### Exercise directions:
Report the lines of the material that carry the string "BuildSketch".

### Provided data:

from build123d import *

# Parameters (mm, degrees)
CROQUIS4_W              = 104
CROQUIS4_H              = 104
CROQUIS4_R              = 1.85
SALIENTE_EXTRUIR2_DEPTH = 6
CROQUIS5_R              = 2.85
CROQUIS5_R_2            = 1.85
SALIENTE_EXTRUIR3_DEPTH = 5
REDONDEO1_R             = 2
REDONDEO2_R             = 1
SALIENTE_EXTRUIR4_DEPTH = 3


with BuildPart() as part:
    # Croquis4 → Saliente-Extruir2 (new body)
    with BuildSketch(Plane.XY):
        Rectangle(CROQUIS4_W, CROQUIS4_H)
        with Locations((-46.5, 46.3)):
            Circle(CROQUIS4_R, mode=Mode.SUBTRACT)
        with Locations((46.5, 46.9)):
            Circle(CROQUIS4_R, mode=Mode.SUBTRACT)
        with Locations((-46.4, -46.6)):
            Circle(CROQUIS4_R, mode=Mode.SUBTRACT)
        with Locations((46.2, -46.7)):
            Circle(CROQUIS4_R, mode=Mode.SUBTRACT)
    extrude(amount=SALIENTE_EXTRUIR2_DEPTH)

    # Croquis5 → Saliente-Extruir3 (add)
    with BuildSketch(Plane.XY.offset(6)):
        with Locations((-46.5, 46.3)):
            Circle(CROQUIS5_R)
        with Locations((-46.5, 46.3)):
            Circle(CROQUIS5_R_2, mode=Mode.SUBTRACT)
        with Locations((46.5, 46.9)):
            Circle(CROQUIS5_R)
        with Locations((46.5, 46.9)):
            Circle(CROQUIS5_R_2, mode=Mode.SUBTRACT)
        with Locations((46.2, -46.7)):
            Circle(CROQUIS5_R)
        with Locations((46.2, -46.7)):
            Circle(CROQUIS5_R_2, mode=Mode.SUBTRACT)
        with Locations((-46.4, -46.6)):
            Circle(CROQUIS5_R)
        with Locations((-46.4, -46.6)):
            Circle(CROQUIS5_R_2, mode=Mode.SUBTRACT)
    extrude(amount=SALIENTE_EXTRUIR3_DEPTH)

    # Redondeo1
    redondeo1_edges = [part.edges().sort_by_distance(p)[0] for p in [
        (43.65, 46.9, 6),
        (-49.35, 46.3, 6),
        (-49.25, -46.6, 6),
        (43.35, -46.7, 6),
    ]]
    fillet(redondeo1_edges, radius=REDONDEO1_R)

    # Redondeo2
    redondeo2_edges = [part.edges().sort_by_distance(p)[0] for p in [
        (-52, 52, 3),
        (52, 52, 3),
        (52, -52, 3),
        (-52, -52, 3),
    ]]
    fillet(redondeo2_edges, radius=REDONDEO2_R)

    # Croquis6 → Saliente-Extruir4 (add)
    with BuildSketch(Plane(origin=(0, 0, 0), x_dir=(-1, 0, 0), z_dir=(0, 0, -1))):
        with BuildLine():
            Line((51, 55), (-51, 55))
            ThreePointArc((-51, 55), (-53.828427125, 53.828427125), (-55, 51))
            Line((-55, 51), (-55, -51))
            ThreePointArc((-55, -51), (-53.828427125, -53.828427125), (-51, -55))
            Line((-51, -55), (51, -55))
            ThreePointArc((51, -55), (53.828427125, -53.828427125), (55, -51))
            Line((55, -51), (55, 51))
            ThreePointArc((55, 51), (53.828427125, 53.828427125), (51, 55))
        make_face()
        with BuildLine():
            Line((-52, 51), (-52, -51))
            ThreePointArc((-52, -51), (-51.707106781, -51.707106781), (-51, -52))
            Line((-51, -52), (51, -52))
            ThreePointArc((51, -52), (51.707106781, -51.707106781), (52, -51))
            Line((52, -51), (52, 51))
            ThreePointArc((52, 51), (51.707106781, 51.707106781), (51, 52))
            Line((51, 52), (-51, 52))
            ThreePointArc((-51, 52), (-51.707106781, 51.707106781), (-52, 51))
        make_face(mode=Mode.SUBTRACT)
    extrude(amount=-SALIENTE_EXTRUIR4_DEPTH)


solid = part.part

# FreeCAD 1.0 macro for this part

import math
import FreeCAD as App
import Part
import Sketcher
from FreeCAD import Vector
Q = App.Units.Quantity


def edges_at(feature, points):
    """Names of the edges that pass closest to the given points."""
    edges = feature.Shape.Edges
    near = lambda p: min(range(len(edges)), key=lambda i: edges[i].distToShape(Part.Vertex(*p))[0])
    return sorted({f"Edge{near(p) + 1}" for p in points})


def add_polygon(sketch, points):
    """Adds a closed chain of lines whose ends are joined by coincident constraints."""
    first, n = sketch.GeometryCount, len(points)
    for a, b in zip(points, points[1:] + points[:1]):
        sketch.addGeometry(Part.LineSegment(App.Vector(*a, 0), App.Vector(*b, 0)), False)
    for i in range(n):
        sketch.addConstraint(Sketcher.Constraint("Coincident", first + i, 2, first + (i + 1) % n, 1))

doc = App.newDocument("Part")
body = doc.addObject("PartDesign::Body", "Body")

sketch1 = body.newObject("Sketcher::SketchObject", "Sketch")
sketch1.AttachmentSupport = (doc.getObject("XY_Plane"), [""])
sketch1.MapMode = "FlatFace"
add_polygon(sketch1, [(-52, 52), (-52, -52), (52, -52), (52, 52)])
sketch1.addGeometry(Part.Circle(Vector(-46.4, -46.6, 0), Vector(0, 0, 1), 1.85), False)
sketch1.addGeometry(Part.Circle(Vector(46.2, -46.7, 0), Vector(0, 0, 1), 1.85), False)
sketch1.addGeometry(Part.Circle(Vector(-46.5, 46.3, 0), Vector(0, 0, 1), 1.85), False)
sketch1.addGeometry(Part.Circle(Vector(46.5, 46.9, 0), Vector(0, 0, 1), 1.85), False)
sketch1.addConstraint(Sketcher.Constraint("Vertical", 0))
sketch1.addConstraint(Sketcher.Constraint("Horizontal", 1))
sketch1.addConstraint(Sketcher.Constraint("Vertical", 2))
sketch1.addConstraint(Sketcher.Constraint("Horizontal", 3))
sketch1.addConstraint(Sketcher.Constraint("Equal", 4, 5))
sketch1.addConstraint(Sketcher.Constraint("Equal", 5, 6))
sketch1.addConstraint(Sketcher.Constraint("Equal", 6, 7))
sketch1.addConstraint(Sketcher.Constraint("Symmetric", 0, 2, 2, 2, -1, 1))
sketch1.addConstraint(Sketcher.Constraint("Equal", 3, 0))
sketch1.addConstraint(Sketcher.Constraint("Diameter", 4, Q("3.7 mm")))
sketch1.addConstraint(Sketcher.Constraint("DistanceX", 1, 1, 1, 2, Q("104 mm")))
sketch1.addConstraint(Sketcher.Constraint("DistanceY", 5, 3, 6, 3, Q("93 mm")))
sketch1.addConstraint(Sketcher.Constraint("DistanceX", 6, 3, 7, 3, Q("93 mm")))
sketch1.addConstraint(Sketcher.Constraint("DistanceX", 4, 3, -1, 1, Q("46.4 mm")))
sketch1.addConstraint(Sketcher.Constraint("DistanceY", 4, 3, -1, 1, Q("46.6 mm")))
sketch1.addConstraint(Sketcher.Constraint("DistanceX", -1, 1, 5, 3, Q("46.2 mm")))
sketch1.addConstraint(Sketcher.Constraint("DistanceY", 5, 3, -1, 1, Q("46.7 mm")))
sketch1.addConstraint(Sketcher.Constraint("DistanceX", 6, 3, -1, 1, Q("46.5 mm")))
sketch1.addConstraint(Sketcher.Constraint("DistanceY", -1, 1, 7, 3, Q("46.9 mm")))
pad1 = body.newObject("PartDesign::Pad", "Pad")
pad1.Profile = sketch1
pad1.Length = 6

sketch2 = body.newObject("Sketcher::SketchObject", "Sketch001")
sketch2.AttachmentSupport = (doc.getObject("XY_Plane"), [""])
sketch2.MapMode = "FlatFace"
sketch2.AttachmentOffset = App.Placement(Vector(0, 0, 6), App.Rotation())
sketch2.addGeometry(Part.Circle(Vector(-46.5, 46.3, 0), Vector(0, 0, 1), 2.85), False)
sketch2.addGeometry(Part.Circle(Vector(-46.5, 46.3, 0), Vector(0, 0, 1), 1.85), False)
sketch2.addGeometry(Part.Circle(Vector(46.5, 46.9, 0), Vector(0, 0, 1), 2.85), False)
sketch2.addGeometry(Part.Circle(Vector(46.5, 46.9, 0), Vector(0, 0, 1), 1.85), False)
sketch2.addGeometry(Part.Circle(Vector(46.2, -46.7, 0), Vector(0, 0, 1), 2.85), False)
sketch2.addGeometry(Part.Circle(Vector(46.2, -46.7, 0), Vector(0, 0, 1), 1.85), False)
sketch2.addGeometry(Part.Circle(Vector(-46.4, -46.6, 0), Vector(0, 0, 1), 2.85), False)
sketch2.addGeometry(Part.Circle(Vector(-46.4, -46.6, 0), Vector(0, 0, 1), 1.85), False)
sketch2.addConstraint(Sketcher.Constraint("Coincident", 1, 3, 0, 3))
sketch2.addConstraint(Sketcher.Constraint("Coincident", 3, 3, 2, 3))
sketch2.addConstraint(Sketcher.Constraint("Coincident", 5, 3, 4, 3))
sketch2.addConstraint(Sketcher.Constraint("Coincident", 7, 3, 6, 3))
sketch2.addConstraint(Sketcher.Constraint("Equal", 0, 2))
sketch2.addConstraint(Sketcher.Constraint("Equal", 1, 3))
sketch2.addConstraint(Sketcher.Constraint("Equal", 2, 4))
sketch2.addConstraint(Sketcher.Constraint("Equal", 3, 5))
sketch2.addConstraint(Sketcher.Constraint("Equal", 4, 6))
sketch2.addConstraint(Sketcher.Constraint("Equal", 5, 7))
sketch2.addConstraint(Sketcher.Constraint("Diameter", 0, Q("5.7 mm")))
sketch2.addConstraint(Sketcher.Constraint("Diameter", 1, Q("3.7 mm")))
sketch2.addConstraint(Sketcher.Constraint("DistanceX", 0, 3, 2, 3, Q("93 mm")))
sketch2.addConstraint(Sketcher.Constraint("DistanceY", 4, 3, 0, 3, Q("93 mm")))
sketch2.addConstraint(Sketcher.Constraint("DistanceX", 0, 3, -1, 1, Q("46.5 mm")))
sketch2.addConstraint(Sketcher.Constraint("DistanceY", -1, 1, 0, 3, Q("46.3 mm")))
sketch2.addConstraint(Sketcher.Constraint("DistanceY", -1, 1, 2, 3, Q("46.9 mm")))
sketch2.addConstraint(Sketcher.Constraint("DistanceX", -1, 1, 4, 3, Q("46.2 mm")))
sketch2.addConstraint(Sketcher.Constraint("DistanceX", 6, 3, -1, 1, Q("46.4 mm")))
sketch2.addConstraint(Sketcher.Constraint("DistanceY", 6, 3, -1, 1, Q("46.6 mm")))
pad2 = body.newObject("PartDesign::Pad", "Pad001")
pad2.Profile = sketch2
pad2.Length = 5
doc.recompute()

fillet = body.newObject("PartDesign::Fillet", "Fillet")
fillet.Base = (pad2, edges_at(pad2, [
    (43.65, 46.9, 6),
    (-49.35, 46.3, 6),
    (-49.25, -46.6, 6),
    (43.35, -46.7, 6),
]))
fillet.Radius = 2
doc.recompute()

fillet2 = body.newObject("PartDesign::Fillet", "Fillet001")
fillet2.Base = (fillet, edges_at(fillet, [
    (-52, 52, 3),
    (52, 52, 3),
    (52, -52, 3),
    (-52, -52, 3),
]))
fillet2.Radius = 1

sketch3 = body.newObject("Sketcher::SketchObject", "Sketch002")
sketch3.AttachmentSupport = (doc.getObject("XY_Plane"), [""])
sketch3.MapMode = "FlatFace"
sketch3.addGeometry(Part.LineSegment(Vector(-51, 55, 0), Vector(51, 55, 0)), False)
sketch3.addGeometry(Part.ArcOfCircle(Part.Circle(Vector(51, 51, 0), Vector(0, 0, 1), 4), math.radians(0), math.radians(90)), False)
sketch3.addGeometry(Part.LineSegment(Vector(55, 51, 0), Vector(55, -51, 0)), False)
sketch3.addGeometry(Part.ArcOfCircle(Part.Circle(Vector(51, -51, 0), Vector(0, 0, 1), 4), math.radians(-90), math.radians(0)), False)
sketch3.addGeometry(Part.LineSegment(Vector(51, -55, 0), Vector(-51, -55, 0)), False)
sketch3.addGeometry(Part.ArcOfCircle(Part.Circle(Vector(-51, -51, 0), Vector(0, 0, 1), 4), math.radians(180), math.radians(270)), False)
sketch3.addGeometry(Part.LineSegment(Vector(-55, -51, 0), Vector(-55, 51, 0)), False)
sketch3.addGeometry(Part.ArcOfCircle(Part.Circle(Vector(-51, 51, 0), Vector(0, 0, 1), 4), math.radians(90), math.radians(180)), False)
sketch3.addGeometry(Part.LineSegment(Vector(52, -51, 0), Vector(52, 51, 0)), False)
sketch3.addGeometry(Part.ArcOfCircle(Part.Circle(Vector(51, 51, 0), Vector(0, 0, 1), 1), math.radians(0), math.radians(90)), False)
sketch3.addGeometry(Part.LineSegment(Vector(51, 52, 0), Vector(-51, 52, 0)), False)
sketch3.addGeometry(Part.ArcOfCircle(Part.Circle(Vector(-51, 51, 0), Vector(0, 0, 1), 1), math.radians(90), math.radians(180)), False)
sketch3.addGeometry(Part.LineSegment(Vector(-52, 51, 0), Vector(-52, -51, 0)), False)
sketch3.addGeometry(Part.ArcOfCircle(Part.Circle(Vector(-51, -51, 0), Vector(0, 0, 1), 1), math.radians(-180), math.radians(-90)), False)
sketch3.addGeometry(Part.LineSegment(Vector(-51, -52, 0), Vector(51, -52, 0)), False)
sketch3.addGeometry(Part.ArcOfCircle(Part.Circle(Vector(51, -51, 0), Vector(0, 0, 1), 1), math.radians(-90), math.radians(0)), False)
sketch3.addConstraint(Sketcher.Constraint("Tangent", 0, 2, 1, 2))
sketch3.addConstraint(Sketcher.Constraint("Tangent", 1, 1, 2, 1))
sketch3.addConstraint(Sketcher.Constraint("Tangent", 2, 2, 3, 2))
sketch3.addConstraint(Sketcher.Constraint("Tangent", 3, 1, 4, 1))
sketch3.addConstraint(Sketcher.Constraint("Tangent", 4, 2, 5, 2))
sketch3.addConstraint(Sketcher.Constraint("Tangent", 5, 1, 6, 1))
sketch3.addConstraint(Sketcher.Constraint("Tangent", 6, 2, 7, 2))
sketch3.addConstraint(Sketcher.Constraint("Tangent", 7, 1, 0, 1))
sketch3.addConstraint(Sketcher.Constraint("Tangent", 8, 2, 9, 1))
sketch3.addConstraint(Sketcher.Constraint("Tangent", 9, 2, 10, 1))
sketch3.addConstraint(Sketcher.Constraint("Tangent", 10, 2, 11, 1))
sketch3.addConstraint(Sketcher.Constraint("Tangent", 11, 2, 12, 1))
sketch3.addConstraint(Sketcher.Constraint("Tangent", 12, 2, 13, 1))
sketch3.addConstraint(Sketcher.Constraint("Tangent", 13, 2, 14, 1))
sketch3.addConstraint(Sketcher.Constraint("Tangent", 14, 2, 15, 1))
sketch3.addConstraint(Sketcher.Constraint("Tangent", 15, 2, 8, 1))
sketch3.addConstraint(Sketcher.Constraint("Horizontal", 0))
sketch3.addConstraint(Sketcher.Constraint("Vertical", 2))
sketch3.addConstraint(Sketcher.Constraint("Horizontal", 4))
sketch3.addConstraint(Sketcher.Constraint("Vertical", 6))
sketch3.addConstraint(Sketcher.Constraint("Vertical", 8))
sketch3.addConstraint(Sketcher.Constraint("Horizontal", 10))
sketch3.addConstraint(Sketcher.Constraint("Vertical", 12))
sketch3.addConstraint(Sketcher.Constraint("Horizontal", 14))
sketch3.addConstraint(Sketcher.Constraint("Coincident", 9, 3, 1, 3))
sketch3.addConstraint(Sketcher.Constraint("Coincident", 11, 3, 7, 3))
sketch3.addConstraint(Sketcher.Constraint("Coincident", 13, 3, 5, 3))
sketch3.addConstraint(Sketcher.Constraint("Equal", 1, 3))
sketch3.addConstraint(Sketcher.Constraint("Equal", 3, 5))
sketch3.addConstraint(Sketcher.Constraint("Equal", 5, 7))
sketch3.addConstraint(Sketcher.Constraint("Equal", 13, 15))
sketch3.addConstraint(Sketcher.Constraint("Symmetric", 1, 3, 5, 3, -1, 1))
sketch3.addConstraint(Sketcher.Constraint("Equal", 14, 2))
sketch3.addConstraint(Sketcher.Constraint("Radius", 1, Q("4 mm")))
sketch3.addConstraint(Sketcher.Constraint("Radius", 9, Q("1 mm")))
sketch3.addConstraint(Sketcher.Constraint("DistanceX", 0, 1, 0, 2, Q("102 mm")))
pad3 = body.newObject("PartDesign::Pad", "Pad002")
pad3.Profile = sketch3
pad3.Length = 3

doc.recompute()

### Answer for this exercise:
    with BuildSketch(Plane.XY):
    with BuildSketch(Plane.XY.offset(6)):
    with BuildSketch(Plane(origin=(0, 0, 0), x_dir=(-1, 0, 0), z_dir=(0, 0, -1))):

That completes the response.